Would you reproduce exactly the lines below from the one holding "FILE_NAME('','',(''),(''),'','','');" through the one holding "#6=PRODUCT_DEFINITION('','',#4,#5);", inclusive, and no others?

━━━ RECORD SET

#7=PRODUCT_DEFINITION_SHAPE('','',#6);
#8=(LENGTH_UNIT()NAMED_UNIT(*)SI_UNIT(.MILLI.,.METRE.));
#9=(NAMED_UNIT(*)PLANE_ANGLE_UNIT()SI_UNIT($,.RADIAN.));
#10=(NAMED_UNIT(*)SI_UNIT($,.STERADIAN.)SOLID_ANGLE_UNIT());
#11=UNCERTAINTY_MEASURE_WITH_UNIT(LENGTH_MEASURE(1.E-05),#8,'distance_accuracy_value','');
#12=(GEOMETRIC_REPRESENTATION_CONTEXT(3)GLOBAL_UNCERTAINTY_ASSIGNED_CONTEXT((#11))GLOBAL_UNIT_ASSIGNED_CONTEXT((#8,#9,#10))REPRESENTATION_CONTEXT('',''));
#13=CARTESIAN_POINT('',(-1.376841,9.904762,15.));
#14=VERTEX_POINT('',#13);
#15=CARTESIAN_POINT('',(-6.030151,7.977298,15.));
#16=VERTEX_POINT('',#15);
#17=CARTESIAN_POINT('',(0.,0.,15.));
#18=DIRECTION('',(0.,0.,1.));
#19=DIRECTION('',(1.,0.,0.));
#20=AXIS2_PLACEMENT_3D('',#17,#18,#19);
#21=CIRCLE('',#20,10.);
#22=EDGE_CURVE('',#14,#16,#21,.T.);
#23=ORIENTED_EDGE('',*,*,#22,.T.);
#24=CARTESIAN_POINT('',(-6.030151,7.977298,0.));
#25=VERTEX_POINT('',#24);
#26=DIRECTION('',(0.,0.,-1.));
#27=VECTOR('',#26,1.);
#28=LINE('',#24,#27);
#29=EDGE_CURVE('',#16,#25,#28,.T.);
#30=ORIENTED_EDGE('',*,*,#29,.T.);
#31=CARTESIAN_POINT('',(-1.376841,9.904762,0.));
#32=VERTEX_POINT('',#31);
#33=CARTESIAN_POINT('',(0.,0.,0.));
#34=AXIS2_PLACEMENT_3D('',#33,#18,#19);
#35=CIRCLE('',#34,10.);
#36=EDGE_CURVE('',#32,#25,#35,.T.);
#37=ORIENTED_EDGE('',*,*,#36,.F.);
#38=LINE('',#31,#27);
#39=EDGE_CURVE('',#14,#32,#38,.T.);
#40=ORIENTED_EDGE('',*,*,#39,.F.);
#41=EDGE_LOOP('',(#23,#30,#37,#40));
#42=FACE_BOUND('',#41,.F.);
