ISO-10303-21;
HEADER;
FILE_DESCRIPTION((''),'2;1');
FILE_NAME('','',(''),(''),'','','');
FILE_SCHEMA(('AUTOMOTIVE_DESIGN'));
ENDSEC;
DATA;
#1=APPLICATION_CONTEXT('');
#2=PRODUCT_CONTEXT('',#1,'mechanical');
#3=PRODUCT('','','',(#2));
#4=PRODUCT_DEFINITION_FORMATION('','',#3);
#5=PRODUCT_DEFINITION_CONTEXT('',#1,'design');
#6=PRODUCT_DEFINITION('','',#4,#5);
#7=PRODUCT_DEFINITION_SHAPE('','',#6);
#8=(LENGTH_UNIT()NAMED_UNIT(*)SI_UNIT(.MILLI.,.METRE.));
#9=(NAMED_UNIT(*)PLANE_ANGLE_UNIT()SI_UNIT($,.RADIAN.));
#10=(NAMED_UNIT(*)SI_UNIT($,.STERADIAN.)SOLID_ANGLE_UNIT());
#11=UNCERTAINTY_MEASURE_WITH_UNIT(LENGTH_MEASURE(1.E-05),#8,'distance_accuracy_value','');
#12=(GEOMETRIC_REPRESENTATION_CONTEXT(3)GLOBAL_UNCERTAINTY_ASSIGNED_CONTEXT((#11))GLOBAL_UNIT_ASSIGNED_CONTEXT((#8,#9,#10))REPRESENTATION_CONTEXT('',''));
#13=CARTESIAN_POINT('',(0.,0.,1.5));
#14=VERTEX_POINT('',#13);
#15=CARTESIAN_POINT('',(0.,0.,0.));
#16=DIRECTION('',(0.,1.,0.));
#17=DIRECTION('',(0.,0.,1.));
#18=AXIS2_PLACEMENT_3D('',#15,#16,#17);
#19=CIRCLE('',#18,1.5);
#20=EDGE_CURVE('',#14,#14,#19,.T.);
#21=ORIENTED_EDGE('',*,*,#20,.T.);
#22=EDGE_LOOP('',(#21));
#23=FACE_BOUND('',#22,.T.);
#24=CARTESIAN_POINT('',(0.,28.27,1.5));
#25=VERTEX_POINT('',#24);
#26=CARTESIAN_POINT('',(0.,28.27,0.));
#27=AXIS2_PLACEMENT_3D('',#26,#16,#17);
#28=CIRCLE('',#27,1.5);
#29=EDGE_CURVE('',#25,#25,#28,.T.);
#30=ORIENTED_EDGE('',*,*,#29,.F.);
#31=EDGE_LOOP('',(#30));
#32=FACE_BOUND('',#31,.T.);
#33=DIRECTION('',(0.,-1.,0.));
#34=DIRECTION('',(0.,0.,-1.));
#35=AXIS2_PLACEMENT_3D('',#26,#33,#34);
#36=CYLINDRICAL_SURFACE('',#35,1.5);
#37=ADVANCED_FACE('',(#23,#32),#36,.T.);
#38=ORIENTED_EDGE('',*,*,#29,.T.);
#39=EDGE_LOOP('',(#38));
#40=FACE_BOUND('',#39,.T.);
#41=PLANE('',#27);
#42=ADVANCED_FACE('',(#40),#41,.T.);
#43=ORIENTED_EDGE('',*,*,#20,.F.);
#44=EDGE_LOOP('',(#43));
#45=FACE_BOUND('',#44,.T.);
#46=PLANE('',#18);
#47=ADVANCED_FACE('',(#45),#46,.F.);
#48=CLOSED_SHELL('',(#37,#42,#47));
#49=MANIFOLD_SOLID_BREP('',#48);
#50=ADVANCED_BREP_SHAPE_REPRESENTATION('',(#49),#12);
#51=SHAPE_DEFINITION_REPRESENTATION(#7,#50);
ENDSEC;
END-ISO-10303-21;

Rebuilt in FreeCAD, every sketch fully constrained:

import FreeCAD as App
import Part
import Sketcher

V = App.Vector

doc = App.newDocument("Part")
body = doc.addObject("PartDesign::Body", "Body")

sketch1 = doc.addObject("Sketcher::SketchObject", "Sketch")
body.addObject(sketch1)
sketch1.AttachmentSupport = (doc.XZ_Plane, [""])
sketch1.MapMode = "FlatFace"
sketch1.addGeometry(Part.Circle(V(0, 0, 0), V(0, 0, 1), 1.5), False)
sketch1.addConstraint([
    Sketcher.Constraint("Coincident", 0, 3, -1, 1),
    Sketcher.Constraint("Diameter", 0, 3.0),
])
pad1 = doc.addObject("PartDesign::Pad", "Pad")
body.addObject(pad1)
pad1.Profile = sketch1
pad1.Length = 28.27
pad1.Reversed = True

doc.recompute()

━━━━━━

TASK OUTPUT >>
FILE_NAME('','',(''),(''),'','','');
FILE_SCHEMA(('AUTOMOTIVE_DESIGN'));
ENDSEC;
DATA;
#1=APPLICATION_CONTEXT('');
#2=PRODUCT_CONTEXT('',#1,'mechanical');
#3=PRODUCT('','','',(#2));
#4=PRODUCT_DEFINITION_FORMATION('','',#3);
#5=PRODUCT_DEFINITION_CONTEXT('',#1,'design');
#6=PRODUCT_DEFINITION('','',#4,#5);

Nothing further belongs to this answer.